Tabitha gave him an indulgent look. "You can't complain about her style in your review, darling," she said sweetly, "you'll look like an idiot. Jilly doesn't give a toss about style, she's the most unpretentious writer in Britain. You might as well review Beckett and complain about the lack of catchy song-and-dance numbers."

He riffled through his notebook. "OK, wait, listen to this: 'Addicts, like corpses dug up from the grave, hung stinking and unwashed over broken fences... Couples having violent domestics were interrupted by the screams of prostitutes.' This is the rough part of town.
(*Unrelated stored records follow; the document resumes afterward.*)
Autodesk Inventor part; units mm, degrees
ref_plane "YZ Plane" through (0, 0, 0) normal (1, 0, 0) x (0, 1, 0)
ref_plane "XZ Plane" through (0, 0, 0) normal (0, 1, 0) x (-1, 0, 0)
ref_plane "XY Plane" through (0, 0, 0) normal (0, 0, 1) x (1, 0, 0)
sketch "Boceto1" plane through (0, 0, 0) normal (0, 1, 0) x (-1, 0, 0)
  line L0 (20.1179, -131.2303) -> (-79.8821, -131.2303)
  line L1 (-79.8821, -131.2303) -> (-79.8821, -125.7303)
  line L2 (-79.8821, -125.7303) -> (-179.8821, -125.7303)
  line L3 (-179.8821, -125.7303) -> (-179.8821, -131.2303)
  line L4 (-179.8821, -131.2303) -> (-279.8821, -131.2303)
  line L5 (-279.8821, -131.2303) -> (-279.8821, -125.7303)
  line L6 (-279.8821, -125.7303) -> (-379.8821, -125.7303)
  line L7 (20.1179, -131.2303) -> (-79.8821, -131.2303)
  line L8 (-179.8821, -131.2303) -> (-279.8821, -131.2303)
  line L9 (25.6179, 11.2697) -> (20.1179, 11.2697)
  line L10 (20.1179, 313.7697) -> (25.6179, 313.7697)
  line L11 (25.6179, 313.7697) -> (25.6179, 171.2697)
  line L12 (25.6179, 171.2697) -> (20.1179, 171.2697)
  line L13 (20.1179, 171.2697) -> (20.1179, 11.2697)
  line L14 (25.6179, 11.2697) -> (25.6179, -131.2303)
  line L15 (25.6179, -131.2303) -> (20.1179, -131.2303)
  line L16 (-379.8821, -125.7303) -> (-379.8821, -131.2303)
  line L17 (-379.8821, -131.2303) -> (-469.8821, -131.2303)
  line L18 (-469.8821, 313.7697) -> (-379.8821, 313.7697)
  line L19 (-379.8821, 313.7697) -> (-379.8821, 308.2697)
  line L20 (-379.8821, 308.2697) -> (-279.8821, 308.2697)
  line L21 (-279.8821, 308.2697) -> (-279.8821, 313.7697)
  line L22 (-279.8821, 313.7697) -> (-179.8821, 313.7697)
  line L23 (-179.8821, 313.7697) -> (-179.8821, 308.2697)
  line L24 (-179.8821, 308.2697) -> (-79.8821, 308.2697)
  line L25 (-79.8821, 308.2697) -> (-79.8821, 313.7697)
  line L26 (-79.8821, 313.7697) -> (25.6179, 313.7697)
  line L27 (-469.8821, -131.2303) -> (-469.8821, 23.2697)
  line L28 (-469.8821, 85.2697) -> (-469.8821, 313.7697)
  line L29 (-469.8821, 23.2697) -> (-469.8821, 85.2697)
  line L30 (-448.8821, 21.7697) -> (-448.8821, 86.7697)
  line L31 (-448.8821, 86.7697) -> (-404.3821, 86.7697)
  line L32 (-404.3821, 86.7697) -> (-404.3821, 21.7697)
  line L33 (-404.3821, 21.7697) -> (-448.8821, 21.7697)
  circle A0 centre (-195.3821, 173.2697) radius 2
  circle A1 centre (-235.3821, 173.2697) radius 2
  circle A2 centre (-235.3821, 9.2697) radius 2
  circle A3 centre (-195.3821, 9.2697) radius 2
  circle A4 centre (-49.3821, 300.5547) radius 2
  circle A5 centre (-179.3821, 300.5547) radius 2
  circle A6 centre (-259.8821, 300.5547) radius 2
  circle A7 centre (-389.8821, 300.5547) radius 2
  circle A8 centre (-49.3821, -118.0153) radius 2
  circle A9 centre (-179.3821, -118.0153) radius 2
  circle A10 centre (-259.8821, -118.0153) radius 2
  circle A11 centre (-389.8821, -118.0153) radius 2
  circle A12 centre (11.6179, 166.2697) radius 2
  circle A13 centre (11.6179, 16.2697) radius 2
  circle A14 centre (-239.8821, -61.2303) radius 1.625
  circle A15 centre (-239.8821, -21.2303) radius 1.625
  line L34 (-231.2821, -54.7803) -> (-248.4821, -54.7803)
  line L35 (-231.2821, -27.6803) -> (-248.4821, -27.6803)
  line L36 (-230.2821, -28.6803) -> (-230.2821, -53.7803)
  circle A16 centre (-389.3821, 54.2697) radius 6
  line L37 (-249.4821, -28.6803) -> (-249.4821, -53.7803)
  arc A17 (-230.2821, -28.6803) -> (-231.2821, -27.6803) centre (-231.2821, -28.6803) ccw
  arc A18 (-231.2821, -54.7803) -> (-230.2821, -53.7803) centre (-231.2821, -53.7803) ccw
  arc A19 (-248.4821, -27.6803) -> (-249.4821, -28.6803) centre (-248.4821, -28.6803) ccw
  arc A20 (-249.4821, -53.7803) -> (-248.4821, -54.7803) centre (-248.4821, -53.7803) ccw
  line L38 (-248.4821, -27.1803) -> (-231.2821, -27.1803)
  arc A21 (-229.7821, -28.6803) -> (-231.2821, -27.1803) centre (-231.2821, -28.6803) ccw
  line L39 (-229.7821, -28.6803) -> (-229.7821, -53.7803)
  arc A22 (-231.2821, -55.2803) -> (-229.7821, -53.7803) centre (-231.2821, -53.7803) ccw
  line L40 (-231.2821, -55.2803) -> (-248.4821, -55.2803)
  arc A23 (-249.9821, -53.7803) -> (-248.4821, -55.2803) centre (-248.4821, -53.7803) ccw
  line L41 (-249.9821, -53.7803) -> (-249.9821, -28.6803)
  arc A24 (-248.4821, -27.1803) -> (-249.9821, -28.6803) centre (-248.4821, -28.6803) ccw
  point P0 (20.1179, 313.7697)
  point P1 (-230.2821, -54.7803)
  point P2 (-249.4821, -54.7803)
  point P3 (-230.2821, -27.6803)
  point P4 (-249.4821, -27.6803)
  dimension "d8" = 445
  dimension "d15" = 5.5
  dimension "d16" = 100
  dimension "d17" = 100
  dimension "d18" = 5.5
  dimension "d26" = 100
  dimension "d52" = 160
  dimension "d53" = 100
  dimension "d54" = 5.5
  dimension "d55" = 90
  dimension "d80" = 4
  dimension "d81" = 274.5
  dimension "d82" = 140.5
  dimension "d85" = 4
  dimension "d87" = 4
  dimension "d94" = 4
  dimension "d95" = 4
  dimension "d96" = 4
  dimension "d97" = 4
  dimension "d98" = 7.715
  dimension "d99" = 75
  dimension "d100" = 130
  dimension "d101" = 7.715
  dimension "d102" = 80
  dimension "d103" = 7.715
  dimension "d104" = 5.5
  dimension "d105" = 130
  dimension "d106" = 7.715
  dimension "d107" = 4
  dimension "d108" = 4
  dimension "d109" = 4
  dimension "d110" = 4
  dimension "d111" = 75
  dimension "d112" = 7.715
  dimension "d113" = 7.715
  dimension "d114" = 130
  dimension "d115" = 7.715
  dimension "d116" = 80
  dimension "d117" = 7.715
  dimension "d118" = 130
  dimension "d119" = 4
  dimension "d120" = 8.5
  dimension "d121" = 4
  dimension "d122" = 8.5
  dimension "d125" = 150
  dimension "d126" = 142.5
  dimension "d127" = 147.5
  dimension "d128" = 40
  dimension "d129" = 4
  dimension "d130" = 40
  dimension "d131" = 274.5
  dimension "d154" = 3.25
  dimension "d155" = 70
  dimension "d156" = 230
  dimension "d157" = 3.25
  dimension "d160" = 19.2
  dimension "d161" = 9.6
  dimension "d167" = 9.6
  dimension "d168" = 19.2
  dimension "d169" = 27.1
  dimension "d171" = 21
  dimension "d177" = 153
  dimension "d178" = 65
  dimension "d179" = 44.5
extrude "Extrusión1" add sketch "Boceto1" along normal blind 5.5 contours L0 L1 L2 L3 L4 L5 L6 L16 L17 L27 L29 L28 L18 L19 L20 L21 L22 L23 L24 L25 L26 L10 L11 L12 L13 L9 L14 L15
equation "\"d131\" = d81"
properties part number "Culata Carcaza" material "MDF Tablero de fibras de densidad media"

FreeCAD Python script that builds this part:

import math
import FreeCAD as App
import Part
import Sketcher

doc = App.newDocument("Part")
body = doc.addObject("PartDesign::Body", "Body")

# Sketch on XZ plane
sketch1 = doc.addObject("Sketcher::SketchObject", "Sketch")
body.addObject(sketch1)
sketch1.AttachmentSupport = (doc.XZ_Plane, [""])
sketch1.MapMode = "FlatFace"
sketch1.addGeometry(Part.LineSegment(App.Vector(79.9, -131.2, 0), App.Vector(-25.6, -131.2, 0)), False)
sketch1.addGeometry(Part.LineSegment(App.Vector(-25.6, -131.2, 0), App.Vector(-25.6, 11.3, 0)), False)
sketch1.addGeometry(Part.LineSegment(App.Vector(-25.6, 11.3, 0), App.Vector(-20.1, 11.3, 0)), False)
sketch1.addGeometry(Part.LineSegment(App.Vector(-20.1, 11.3, 0), App.Vector(-20.1, 171.3, 0)), False)
sketch1.addGeometry(Part.LineSegment(App.Vector(-20.1, 171.3, 0), App.Vector(-25.6, 171.3, 0)), False)
sketch1.addGeometry(Part.LineSegment(App.Vector(-25.6, 171.3, 0), App.Vector(-25.6, 313.8, 0)), False)
sketch1.addGeometry(Part.LineSegment(App.Vector(-25.6, 313.8, 0), App.Vector(79.9, 313.8, 0)), False)
sketch1.addGeometry(Part.LineSegment(App.Vector(79.9, 313.8, 0), App.Vector(79.9, 308.3, 0)), False)
sketch1.addGeometry(Part.LineSegment(App.Vector(79.9, 308.3, 0), App.Vector(179.9, 308.3, 0)), False)
sketch1.addGeometry(Part.LineSegment(App.Vector(179.9, 308.3, 0), App.Vector(179.9, 313.8, 0)), False)
sketch1.addGeometry(Part.LineSegment(App.Vector(179.9, 313.8, 0), App.Vector(279.9, 313.8, 0)), False)
sketch1.addGeometry(Part.LineSegment(App.Vector(279.9, 313.8, 0), App.Vector(279.9, 308.3, 0)), False)
sketch1.addGeometry(Part.LineSegment(App.Vector(279.9, 308.3, 0), App.Vector(379.9, 308.3, 0)), False)
sketch1.addGeometry(Part.LineSegment(App.Vector(379.9, 308.3, 0), App.Vector(379.9, 313.8, 0)), False)
sketch1.addGeometry(Part.LineSegment(App.Vector(379.9, 313.8, 0), App.Vector(469.9, 313.8, 0)), False)
sketch1.addGeometry(Part.LineSegment(App.Vector(469.9, 313.8, 0), App.Vector(469.9, -131.2, 0)), False)
sketch1.addGeometry(Part.LineSegment(App.Vector(469.9, -131.2, 0), App.Vector(379.9, -131.2, 0)), False)
sketch1.addGeometry(Part.LineSegment(App.Vector(379.9, -131.2, 0), App.Vector(379.9, -125.7, 0)), False)
sketch1.addGeometry(Part.LineSegment(App.Vector(379.9, -125.7, 0), App.Vector(279.9, -125.7, 0)), False)
sketch1.addGeometry(Part.LineSegment(App.Vector(279.9, -125.7, 0), App.Vector(279.9, -131.2, 0)), False)
sketch1.addGeometry(Part.LineSegment(App.Vector(279.9, -131.2, 0), App.Vector(179.9, -131.2, 0)), False)
sketch1.addGeometry(Part.LineSegment(App.Vector(179.9, -131.2, 0), App.Vector(179.9, -125.7, 0)), False)
sketch1.addGeometry(Part.LineSegment(App.Vector(179.9, -125.7, 0), App.Vector(79.9, -125.7, 0)), False)
sketch1.addGeometry(Part.LineSegment(App.Vector(79.9, -125.7, 0), App.Vector(79.9, -131.2, 0)), False)
sketch1.addGeometry(Part.Circle(App.Vector(389.9, -118, 0), App.Vector(0, 0, 1), 2), False)
sketch1.addGeometry(Part.Circle(App.Vector(259.9, -118, 0), App.Vector(0, 0, 1), 2), False)
sketch1.addGeometry(Part.Circle(App.Vector(239.9, -61.2, 0), App.Vector(0, 0, 1), 1.6), False)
It's like downtown Los Angeles, but it's meant to be just down the road from the most beautiful parkland in the country and a boarding school like bloody Brideshead. It's caricature! There's a black kid called Feral, for God's sake."

"I liked Feral," said Tabitha dreamily. "So virile, but such a sweetie at heart."

"And then there's the bonking. You can see what she's up to - all the oldies like Rupert Campbell-Black -"

"- the Golden Beast," interjected Tabitha helpfully, "peer of the realm, former politician, TV magnate and racehorse owner. Sexiest man in Britain - "

Jasper glared. "They're too old for people to want to read about them boffing each other. But now she's just doing the same thing with 13-year-olds! I mean, I don't think it's just me who's going to feel a bit funny reading about, what was it, his dick like a conger eel and her, God, her buttery cavern, when these are meant to be kids who haven't done their GCSEs. Let alone that a Jilly Cooper novel is about the worst forum you can imagine in which to tackle institutional racism, mental illness and rape..."

"Shhhh," Tabitha said, placing a pale forefinger on his trembling lips and snaking an arm around his back. "You'll finish it, though, won't you?" she said. "Like you finished all the other ones?"

Jasper made a resigned, agreeing sort of noise.

"And you think it's splendid that everyone's either really nice or really properly wicked, don't you, like I do," she insisted, "and you love all that wonderful, gossipy, bitchy nattering about people, which is why you look forward to them for months and are always sad when they finish. That isn't something you say about anyone else's books, is it?"

Jasper looked close to howling with guilt. "All right," he said. "Stop it. You're right. It's just... I'm meant to write about literature. How on earth can I say anything about it for the paper?"

"Oh, you'll think of something," she said vaguely. "And you're only cross because you've been up reading it all night. Look, I've made breakfast."